# Which degree to work on electric propulsion ?



## AlexM (Jan 9, 2018)

Hi 

I am in college and plan to declare an engineering major. 

I am really interested in electric propulsion for whether ground vehicles or spacecrafts. I would like to work with ion or plasma thrusters and any system that will provide electric propulsion from solar arrays. 

I guess my question is what are the challenges in ion / plasma thrusters and solar energy ? Are they more linked to mechanical or electrical engineering ? Or even aerospace engineering ? 

Which major would provide me with the best skill set to work in this field ? 

Its confusing because on a forum about ion thrusters with some NASA engineers most of them were aerospace or mechanical engineers but isn’t electric propulsion as in accelerating ions related to electrical engineering ? 

Plus electrical engineering has a field called power engineering but is it only power as in power grid or how to convert electrical power to movement ? 

Also so what are the biggest challenges in solar energy related to ? Mechanical ? As in materials ? Thermos etc ? Or electrical for storage and transmission of energy captured ? 

Thank you for your answers in advance .


----------



## RBHeadge PE (May 12, 2018)

Most of the engineers I've encountered who work(ed) on designing SEP were electrical engineers, with a few material scientists mixed in. Aerospace and mechanical engineers who worked on SEP (and NEP) were primarily working the systems engineering aspects of the projects. It's the higher level types (i.e. system engineering types) that NASA parades out in public forums.

I don't know about the specific issues facing EP, but materials is always a challenge (limitation?) with any emerging or next gen technology.

Power engineering is concerned more with terrestrial applications; I think of it more like more like the grid management and transmission but I could be wrong. I don't work in that area. Power conversion tends to be mechanical engineers. Solar power would be EE and materials.


----------



## knight1fox3 (May 12, 2018)

AlexM said:


> Plus electrical engineering has a field called power engineering but is it only power as in power grid or how to convert electrical power to movement ?
> 
> Also so what are the biggest challenges in solar energy related to ? Mechanical ? As in materials ? Thermos etc ? Or electrical for storage and transmission of energy captured ?





RBHeadge PE said:


> Power engineering is concerned more with terrestrial applications; I think of it more like more like the grid management and transmission but I could be wrong. I don't work in that area. Power conversion tends to be mechanical engineers. Solar power would be EE and materials.

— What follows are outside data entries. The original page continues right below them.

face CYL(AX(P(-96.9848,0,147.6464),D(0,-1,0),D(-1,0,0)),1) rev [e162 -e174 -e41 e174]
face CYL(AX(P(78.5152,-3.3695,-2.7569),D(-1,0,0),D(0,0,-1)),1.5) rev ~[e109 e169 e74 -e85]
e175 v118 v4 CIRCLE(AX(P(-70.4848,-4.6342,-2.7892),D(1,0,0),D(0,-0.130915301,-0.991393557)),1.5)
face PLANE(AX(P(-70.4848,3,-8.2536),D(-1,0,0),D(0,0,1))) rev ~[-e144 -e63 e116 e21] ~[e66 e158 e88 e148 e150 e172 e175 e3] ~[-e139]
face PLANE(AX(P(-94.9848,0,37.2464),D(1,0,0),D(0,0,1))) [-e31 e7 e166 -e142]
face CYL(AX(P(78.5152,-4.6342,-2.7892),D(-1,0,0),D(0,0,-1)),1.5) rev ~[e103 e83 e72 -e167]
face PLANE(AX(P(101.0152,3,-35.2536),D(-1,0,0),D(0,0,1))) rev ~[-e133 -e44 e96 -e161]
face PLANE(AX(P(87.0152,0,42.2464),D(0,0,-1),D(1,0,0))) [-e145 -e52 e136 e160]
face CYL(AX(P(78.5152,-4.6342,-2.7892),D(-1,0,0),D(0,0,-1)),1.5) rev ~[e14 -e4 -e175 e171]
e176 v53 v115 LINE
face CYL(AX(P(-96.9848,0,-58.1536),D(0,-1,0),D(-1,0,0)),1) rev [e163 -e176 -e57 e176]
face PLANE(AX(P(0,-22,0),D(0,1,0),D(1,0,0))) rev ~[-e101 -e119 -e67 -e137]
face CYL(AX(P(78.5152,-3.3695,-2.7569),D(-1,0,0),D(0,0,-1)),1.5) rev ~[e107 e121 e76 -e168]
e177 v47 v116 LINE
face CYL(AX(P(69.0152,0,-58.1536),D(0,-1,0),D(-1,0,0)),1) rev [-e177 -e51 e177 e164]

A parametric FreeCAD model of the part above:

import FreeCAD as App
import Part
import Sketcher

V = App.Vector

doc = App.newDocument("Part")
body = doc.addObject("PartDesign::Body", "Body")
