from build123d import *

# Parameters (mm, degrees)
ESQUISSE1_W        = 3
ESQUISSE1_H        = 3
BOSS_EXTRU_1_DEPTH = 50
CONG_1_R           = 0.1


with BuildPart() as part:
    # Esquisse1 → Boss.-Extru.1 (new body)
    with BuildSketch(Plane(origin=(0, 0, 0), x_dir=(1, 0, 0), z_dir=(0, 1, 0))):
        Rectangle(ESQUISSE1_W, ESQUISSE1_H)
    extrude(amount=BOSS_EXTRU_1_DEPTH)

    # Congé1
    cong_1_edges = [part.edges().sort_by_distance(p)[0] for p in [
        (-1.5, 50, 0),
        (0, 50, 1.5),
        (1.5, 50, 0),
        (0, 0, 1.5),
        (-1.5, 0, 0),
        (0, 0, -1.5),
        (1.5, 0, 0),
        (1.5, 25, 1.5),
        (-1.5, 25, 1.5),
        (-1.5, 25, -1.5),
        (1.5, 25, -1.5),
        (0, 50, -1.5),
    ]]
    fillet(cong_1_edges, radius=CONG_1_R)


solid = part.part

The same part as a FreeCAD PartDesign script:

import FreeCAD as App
import Part
import Sketcher
from FreeCAD import Vector

doc = App.newDocument("Part")
params = doc.addObject("Spreadsheet::Sheet", "Params")
for row, (alias, value) in enumerate([
    ("sketch1_width", "3 mm"),
    ("pad1_length", "50 mm"),
    ("fillet_radius", "0.1 mm"),
], start=1):
    params.set(f"A{row}", alias)
    params.set(f"B{row}", "=" + value)
    params.setAlias(f"B{row}", alias)

body = doc.addObject("PartDesign::Body", "Body")

sketch1 = body.newObject("Sketcher::SketchObject", "Sketch")
sketch1.AttachmentSupport = (doc.getObject("XZ_Plane"), [""])
sketch1.MapMode = "FlatFace"
sketch1.addGeometry(Part.LineSegment(Vector(-1.5, -1.5, 0), Vector(-1.5, 1.5, 0)), False)
sketch1.addGeometry(Part.LineSegment(Vector(-1.5, 1.5, 0), Vector(1.5, 1.5, 0)), False)
sketch1.addGeometry(Part.LineSegment(Vector(1.5, 1.5, 0), Vector(1.5, -1.5, 0)), False)
sketch1.addGeometry(Part.LineSegment(Vector(1.5, -1.5, 0), Vector(-1.5, -1.5, 0)), False)
sketch1.addConstraint(Sketcher.Constraint("Coincident", 0, 2, 1, 1))
sketch1.addConstraint(Sketcher.Constraint("Coincident", 1, 2, 2, 1))
sketch1.addConstraint(Sketcher.Constraint("Coincident", 2, 2, 3, 1))
sketch1.addConstraint(Sketcher.Constraint("Coincident", 3, 2, 0, 1))
sketch1.addConstraint(Sketcher.Constraint("Vertical", 0))
sketch1.addConstraint(Sketcher.Constraint("Horizontal", 1))
sketch1.addConstraint(Sketcher.Constraint("Vertical", 2))
sketch1.addConstraint(Sketcher.Constraint("Horizontal", 3))
sketch1.addConstraint(Sketcher.Constraint("Symmetric", 0, 2, 2, 2, -1, 1))
sketch1.addConstraint(Sketcher.Constraint("Equal", 3, 0))
sketch1.addConstraint(Sketcher.Constraint("DistanceX", 1, 1, 1, 2, 3.0))
sketch1.setExpression("Constraints[10]", "Params.sketch1_width")
pad1 = body.newObject("PartDesign::Pad", "Pad")
pad1.Profile = sketch1
pad1.setExpression("Length", "Params.pad1_length")
pad1.Reversed = True
doc.recompute()

fillet = body.newObject("PartDesign::Fillet", "Fillet")
fillet.Base = (pad1, ["Edge1"])
fillet.UseAllEdges = True
fillet.setExpression("Radius", "Params.fillet_radius")

doc.recompute()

As a practicing power engineer, allow me to add my insight. Power engineering is quite vast in terms of applications. It spans anywhere from transmission, distribution, grid management, transformation, power conversion (e.g. VFDs, semiconductors, etc.), E&amp;M, electric machines, protective relaying, energy/battery storage, and so on.

Electrical power conversion is most definitely not mechanical. Solar, wind, hydro, biomass, geothermal, etc. are all areas of alternative power generation. And more recently, even PHEV (plug-in hybrid electric vehicles) are even now inclusive of the power engineering fields. HTH


----------



## Szar (May 12, 2018)

I think you want a physics / science degree more.    :blink:

Engineering i find is _typically_ more about application in practice.   In school study tends to be far too wide reaching to provide any type of useful focus... Especially on something as specific as what you are looking for. 

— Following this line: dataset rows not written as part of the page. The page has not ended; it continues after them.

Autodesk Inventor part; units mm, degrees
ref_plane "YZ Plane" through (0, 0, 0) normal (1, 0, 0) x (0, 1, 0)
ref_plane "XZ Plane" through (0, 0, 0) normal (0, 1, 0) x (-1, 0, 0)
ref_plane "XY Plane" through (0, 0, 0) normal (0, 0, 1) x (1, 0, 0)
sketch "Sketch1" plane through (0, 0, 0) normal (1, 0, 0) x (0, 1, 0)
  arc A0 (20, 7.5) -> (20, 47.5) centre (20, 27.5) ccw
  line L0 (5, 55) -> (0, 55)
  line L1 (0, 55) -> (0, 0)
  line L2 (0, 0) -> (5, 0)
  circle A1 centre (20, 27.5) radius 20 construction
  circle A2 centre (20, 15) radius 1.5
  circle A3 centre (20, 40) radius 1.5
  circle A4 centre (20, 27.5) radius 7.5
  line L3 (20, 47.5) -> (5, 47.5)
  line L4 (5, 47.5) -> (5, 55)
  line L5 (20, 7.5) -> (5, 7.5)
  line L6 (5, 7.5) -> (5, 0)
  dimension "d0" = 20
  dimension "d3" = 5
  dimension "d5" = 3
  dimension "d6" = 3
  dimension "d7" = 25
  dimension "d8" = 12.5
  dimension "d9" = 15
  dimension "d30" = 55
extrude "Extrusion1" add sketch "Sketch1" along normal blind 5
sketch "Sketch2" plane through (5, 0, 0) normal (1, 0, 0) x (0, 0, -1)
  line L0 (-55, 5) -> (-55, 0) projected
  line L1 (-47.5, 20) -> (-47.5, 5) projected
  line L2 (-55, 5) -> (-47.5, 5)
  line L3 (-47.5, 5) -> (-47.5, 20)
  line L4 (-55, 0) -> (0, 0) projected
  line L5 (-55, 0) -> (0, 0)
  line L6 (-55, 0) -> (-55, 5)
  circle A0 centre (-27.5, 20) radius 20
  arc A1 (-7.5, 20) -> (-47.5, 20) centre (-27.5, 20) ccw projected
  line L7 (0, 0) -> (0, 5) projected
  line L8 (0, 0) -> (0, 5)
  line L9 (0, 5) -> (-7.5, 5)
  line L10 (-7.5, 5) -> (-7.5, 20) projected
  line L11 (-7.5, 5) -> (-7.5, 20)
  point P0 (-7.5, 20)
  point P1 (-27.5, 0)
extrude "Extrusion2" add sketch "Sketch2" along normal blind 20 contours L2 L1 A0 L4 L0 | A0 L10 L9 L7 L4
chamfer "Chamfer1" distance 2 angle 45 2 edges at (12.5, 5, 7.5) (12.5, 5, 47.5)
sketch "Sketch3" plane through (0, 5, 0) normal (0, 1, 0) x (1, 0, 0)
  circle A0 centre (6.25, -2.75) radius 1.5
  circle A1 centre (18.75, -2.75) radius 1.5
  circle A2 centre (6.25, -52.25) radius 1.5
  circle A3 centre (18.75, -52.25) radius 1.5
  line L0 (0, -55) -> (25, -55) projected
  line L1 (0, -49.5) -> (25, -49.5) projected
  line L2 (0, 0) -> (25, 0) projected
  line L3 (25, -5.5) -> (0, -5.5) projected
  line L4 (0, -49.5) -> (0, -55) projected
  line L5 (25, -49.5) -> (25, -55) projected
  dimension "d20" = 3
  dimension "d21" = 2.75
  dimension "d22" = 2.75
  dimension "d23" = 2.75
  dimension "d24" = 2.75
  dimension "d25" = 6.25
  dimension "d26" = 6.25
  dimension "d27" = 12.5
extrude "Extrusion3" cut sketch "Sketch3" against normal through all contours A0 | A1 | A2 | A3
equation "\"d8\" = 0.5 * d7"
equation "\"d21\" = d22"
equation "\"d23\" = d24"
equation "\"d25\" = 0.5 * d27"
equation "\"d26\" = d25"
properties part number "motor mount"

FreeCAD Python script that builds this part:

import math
import FreeCAD as App
import Part
import Sketcher
from FreeCAD import Vector
Q = App.Units.Quantity


def edges_at(feature, points):
    """Names of the edges that pass closest to the given points."""
    edges = feature.Shape.Edges
    near = lambda p: min(range(len(edges)), key=lambda i: edges[i].distToShape(Part.Vertex(*p))[0])
    return sorted({f"Edge{near(p) + 1}" for p in points})

doc = App.newDocument("Part")
body = doc.addObject("PartDesign::Body", "Body")

# Sketch on YZ plane
sketch1 = body.newObject("Sketcher::SketchObject", "Sketch")
sketch1.AttachmentSupport = (doc.getObject("YZ_Plane"), [""])
sketch1.MapMode = "FlatFace"
sketch1.addGeometry(Part.LineSegment(Vector(5, 7.5, 0), Vector(20, 7.5, 0)), False)
sketch1.addGeometry(Part.ArcOfCircle(Part.Circle(Vector(20, 27.5, 0), Vector(0, 0, 1), 20), math.radians(-90), math.radians(90)), False)
sketch1.addGeometry(Part.LineSegment(Vector(20, 47.5, 0), Vector(5, 47.5, 0)), False)
sketch1.addGeometry(Part.LineSegment(Vector(5, 47.5, 0), Vector(5, 55, 0)), False)
sketch1.addGeometry(Part.LineSegment(Vector(5, 55, 0), Vector(0, 55, 0)), False)
sketch1.addGeometry(Part.LineSegment(Vector(0, 55, 0), Vector(0, 0, 0)), False)
sketch1.addGeometry(Part.LineSegment(Vector(0, 0, 0), Vector(5, 0, 0)), False)
sketch1.addGeometry(Part.LineSegment(Vector(5, 0, 0), Vector(5, 7.5, 0)), False)
sketch1.addGeometry(Part.Circle(Vector(20, 15, 0), Vector(0, 0, 1), 1.5), False)
sketch1.addGeometry(Part.Circle(Vector(20, 27.5, 0), Vector(0, 0, 1), 7.5), False)
sketch1.addGeometry(Part.Circle(Vector(20, 40, 0), Vector(0, 0, 1), 1.5), False)
sketch1.addConstraint(Sketcher.Constraint("Tangent", 0, 2, 1, 1))
sketch1.addConstraint(Sketcher.Constraint("Tangent", 1, 2, 2, 1))
sketch1.addConstraint(Sketcher.Constraint("Coincident", 2, 2, 3, 1))
sketch1.addConstraint(Sketcher.Constraint("Coincident", 3, 2, 4, 1))
sketch1.addConstraint(Sketcher.Constraint("Coincident", 4, 2, 5, 1))
sketch1.addConstraint(Sketcher.Constraint("Coincident", 5, 2, 6, 1))
sketch1.addConstraint(Sketcher.Constraint("Coincident", 6, 2, 7, 1))
sketch1.addConstraint(Sketcher.Constraint("Coincident", 7, 2, 0, 1))
sketch1.addConstraint(Sketcher.Constraint("Horizontal", 0))
sketch1.addConstraint(Sketcher.Constraint("Horizontal", 2))
sketch1.addConstraint(Sketcher.Constraint("Vertical", 3))
sketch1.addConstraint(Sketcher.Constraint("Horizontal", 4))
sketch1.addConstraint(Sketcher.Constraint("Vertical", 5))
sketch1.addConstraint(Sketcher.Constraint("Horizontal", 6))
sketch1.addConstraint(Sketcher.Constraint("Vertical", 7))
sketch1.addConstraint(Sketcher.Constraint("Coincident", 5, 2, -1, 1))
sketch1.addConstraint(Sketcher.Constraint("Coincident", 9, 3, 1, 3))
sketch1.addConstraint(Sketcher.Constraint("Equal", 8, 10))
sketch1.addConstraint(Sketcher.Constraint("Vertical", 1, 3, 8, 3))
sketch1.addConstraint(Sketcher.Constraint("Vertical", 9, 3, 10, 3))
sketch1.addConstraint(Sketcher.Constraint("Vertical", 3, 2, 6, 2))
sketch1.addConstraint(Sketcher.Constraint("Equal", 3, 7))
sketch1.addConstraint(Sketcher.Constraint("Diameter", 8, Q("3 mm")))
sketch1.addConstraint(Sketcher.Constraint("Diameter", 9, Q("15 mm")))
sketch1.addConstraint(Sketcher.Constraint("Radius", 1, Q("20 mm")))
sketch1.addConstraint(Sketcher.Constraint("DistanceX", 0, 1, 0, 2, Q("15 mm")))
sketch1.addConstraint(Sketcher.Constraint("DistanceX", 4, 2, 4, 1, Q("5 mm")))
sketch1.addConstraint(Sketcher.Constraint("DistanceY", 5, 2, 5, 1, Q("55 mm")))
sketch1.addConstraint(Sketcher.Constraint("DistanceY", -1, 1, 8, 3, Q("15 mm")))
sketch1.addConstraint(Sketcher.Constraint("DistanceY", 8, 3, 10, 3, Q("25 mm")))
pad1 = body.newObject("PartDesign::Pad", "Pad")
pad1.Profile = sketch1
pad1.Length = 5

# Sketch on YZ plane
sketch2 = body.newObject("Sketcher::SketchObject", "Sketch001")
sketch2.AttachmentSupport = (doc.getObject("YZ_Plane"), [""])
sketch2.MapMode = "FlatFace"
sketch2.AttachmentOffset = App.Placement(Vector(0, 0, 5), App.Rotation())
sketch2.addGeometry(Part.LineSegment(Vector(5, 47.5, 0), Vector(5, 55, 0)), False)
sketch2.addGeometry(Part.LineSegment(Vector(5, 55, 0), Vector(0, 55, 0)), False)
sketch2.addGeometry(Part.LineSegment(Vector(0, 55, 0), Vector(0, 27.5, 0)), False)
sketch2.addGeometry(Part.ArcOfCircle(Part.Circle(Vector(20, 27.5, 0), Vector(0, 0, 1), 20), math.radians(90), math.radians(180)), False)
sketch2.addGeometry(Part.LineSegment(Vector(20, 47.5, 0), Vector(5, 47.5, 0)), False)
sketch2.addGeometry(Part.ArcOfCircle(Part.Circle(Vector(20, 27.5, 0), Vector(0, 0, 1), 20), math.radians(180), math.radians(270)), False)
sketch2.addGeometry(Part.LineSegment(Vector(0, 27.5, 0), Vector(0, 0, 0)), False)
sketch2.addGeometry(Part.LineSegment(Vector(0, 0, 0), Vector(5, 0, 0)), False)
sketch2.addGeometry(Part.LineSegment(Vector(5, 0, 0), Vector(5, 7.5, 0)), False)
sketch2.addGeometry(Part.LineSegment(Vector(5, 7.5, 0), Vector(20, 7.5, 0)), False)
sketch2.addConstraint(Sketcher.Constraint("Coincident", 0, 2, 1, 1))
sketch2.addConstraint(Sketcher.Constraint("Coincident", 1, 2, 2, 1))
sketch2.addConstraint(Sketcher.Constraint("Tangent", 2, 2, 3, 2))
sketch2.addConstraint(Sketcher.Constraint("Tangent", 3, 1, 4, 1))
sketch2.addConstraint(Sketcher.Constraint("Coincident", 4, 2, 0, 1))
sketch2.addConstraint(Sketcher.Constraint("Tangent", 5, 1, 6, 1))
sketch2.addConstraint(Sketcher.Constraint("Coincident", 6, 2, 7, 1))
sketch2.addConstraint(Sketcher.Constraint("Coincident", 7, 2, 8, 1))
sketch2.addConstraint(Sketcher.Constraint("Coincident", 8, 2, 9, 1))
sketch2.addConstraint(Sketcher.Constraint("Tangent", 9, 2, 5, 2))
sketch2.addConstraint(Sketcher.Constraint("Vertical", 0))
sketch2.addConstraint(Sketcher.Constraint("Horizontal", 1))
sketch2.addConstraint(Sketcher.Constraint("Vertical", 2))
sketch2.addConstraint(Sketcher.Constraint("Horizontal", 4))
sketch2.addConstraint(Sketcher.Constraint("Vertical", 6))
sketch2.addConstraint(Sketcher.Constraint("Horizontal", 7))
sketch2.addConstraint(Sketcher.Constraint("Vertical", 8))
sketch2.addConstraint(Sketcher.Constraint("Horizontal", 9))
sketch2.addConstraint(Sketcher.Constraint("Coincident", 6, 2, -1, 1))
sketch2.addConstraint(Sketcher.Constraint("Coincident", 5, 3, 3, 3))
sketch2.addConstraint(Sketcher.Constraint("Equal", 3, 5))
sketch2.addConstraint(Sketcher.Constraint("Vertical", 4, 2, 7, 2))
sketch2.addConstraint(Sketcher.Constraint("Equal", 2, 6))
sketch2.addConstraint(Sketcher.Constraint("Radius", 3, Q("20 mm")))
sketch2.addConstraint(Sketcher.Constraint("DistanceX", 1, 2, 1, 1, Q("5 mm")))
sketch2.addConstraint(Sketcher.Constraint("DistanceY", 0, 1, 0, 2, Q("7.5 mm")))
pad2 = body.newObject("PartDesign::Pad", "Pad001")
pad2.Profile = sketch2
pad2.Length = 20
doc.recompute()

chamfer = body.newObject("PartDesign::Chamfer", "Chamfer")
chamfer.Base = (pad2, edges_at(pad2, [(12.5, 5, 7.5), (12.5, 5, 47.5)]))
chamfer.Size = 2

# Sketch on XZ plane
sketch3 = body.newObject("Sketcher::SketchObject", "Sketch002")
sketch3.AttachmentSupport = (doc.getObject("XZ_Plane"), [""])
sketch3.MapMode = "FlatFace"
sketch3.AttachmentOffset = App.Placement(Vector(0, 0, -5), App.Rotation())
sketch3.addGeometry(Part.Circle(Vector(6.25, 2.75, 0), Vector(0, 0, 1), 1.5), False)
sketch3.addGeometry(Part.Circle(Vector(18.75, 2.75, 0), Vector(0, 0, 1), 1.5), False)
sketch3.addGeometry(Part.Circle(Vector(6.25, 52.25, 0), Vector(0, 0, 1), 1.5), False)
sketch3.addGeometry(Part.Circle(Vector(18.75, 52.25, 0), Vector(0, 0, 1), 1.5), False)
sketch3.addConstraint(Sketcher.Constraint("Equal", 0, 1))
sketch3.addConstraint(Sketcher.Constraint("Equal", 1, 2))
sketch3.addConstraint(Sketcher.Constraint("Equal", 2, 3))
sketch3.addConstraint(Sketcher.Constraint("Horizontal", 0, 3, 1, 3))
sketch3.addConstraint(Sketcher.Constraint("Horizontal", 2, 3, 3, 3))
sketch3.addConstraint(Sketcher.Constraint("Vertical", 0, 3, 2, 3))
sketch3.addConstraint(Sketcher.Constraint("Vertical", 1, 3, 3, 3))
sketch3.addConstraint(Sketcher.Constraint("Diameter", 0, Q("3 mm")))
sketch3.addConstraint(Sketcher.Constraint("DistanceX", 0, 3, 1, 3, Q("12.5 mm")))
sketch3.addConstraint(Sketcher.Constraint("DistanceX", -1, 1, 0, 3, Q("6.25 mm")))
sketch3.addConstraint(Sketcher.Constraint("DistanceY", -1, 1, 0, 3, Q("2.75 mm")))
sketch3.addConstraint(Sketcher.Constraint("DistanceY", 0, 3, 2, 3, Q("49.5 mm")))
pocket1 = body.newObject("PartDesign::Pocket", "Pocket")
pocket1.Profile = sketch3
pocket1.Type = "ThroughAll"
pocket1.Reversed = True

doc.recompute()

What will help you more is the connections,  hobbies,  and internships you reach for then the specific degree you receive. 

The thing about electrical systems is they are primarily support systems in most cases.  We design the anenna but only to transmit a signal.   We design the power line but only to supply the load.  We deisgn the hardware to support the software.  Very rarely is the electrical system the product actually _needed even If required,_  if that makes sense.   we work within the constrains imposed upon us_. _

Electrical usually gets to come in at the end when they have a list of impossible requirements and told to make it happen.


----------



## RBHeadge PE (May 12, 2018)

knight1fox3 said:


> Electrical power conversion is most definitely not mechanical. Solar, wind, hydro, biomass, geothermal, etc. are all areas of alternative power generation. And more recently, even PHEV (plug-in hybrid electric vehicles) are even now inclusive of the power engineering fields. HTH


You are right. I was thinking more narrowly about turbine and engine design.


----------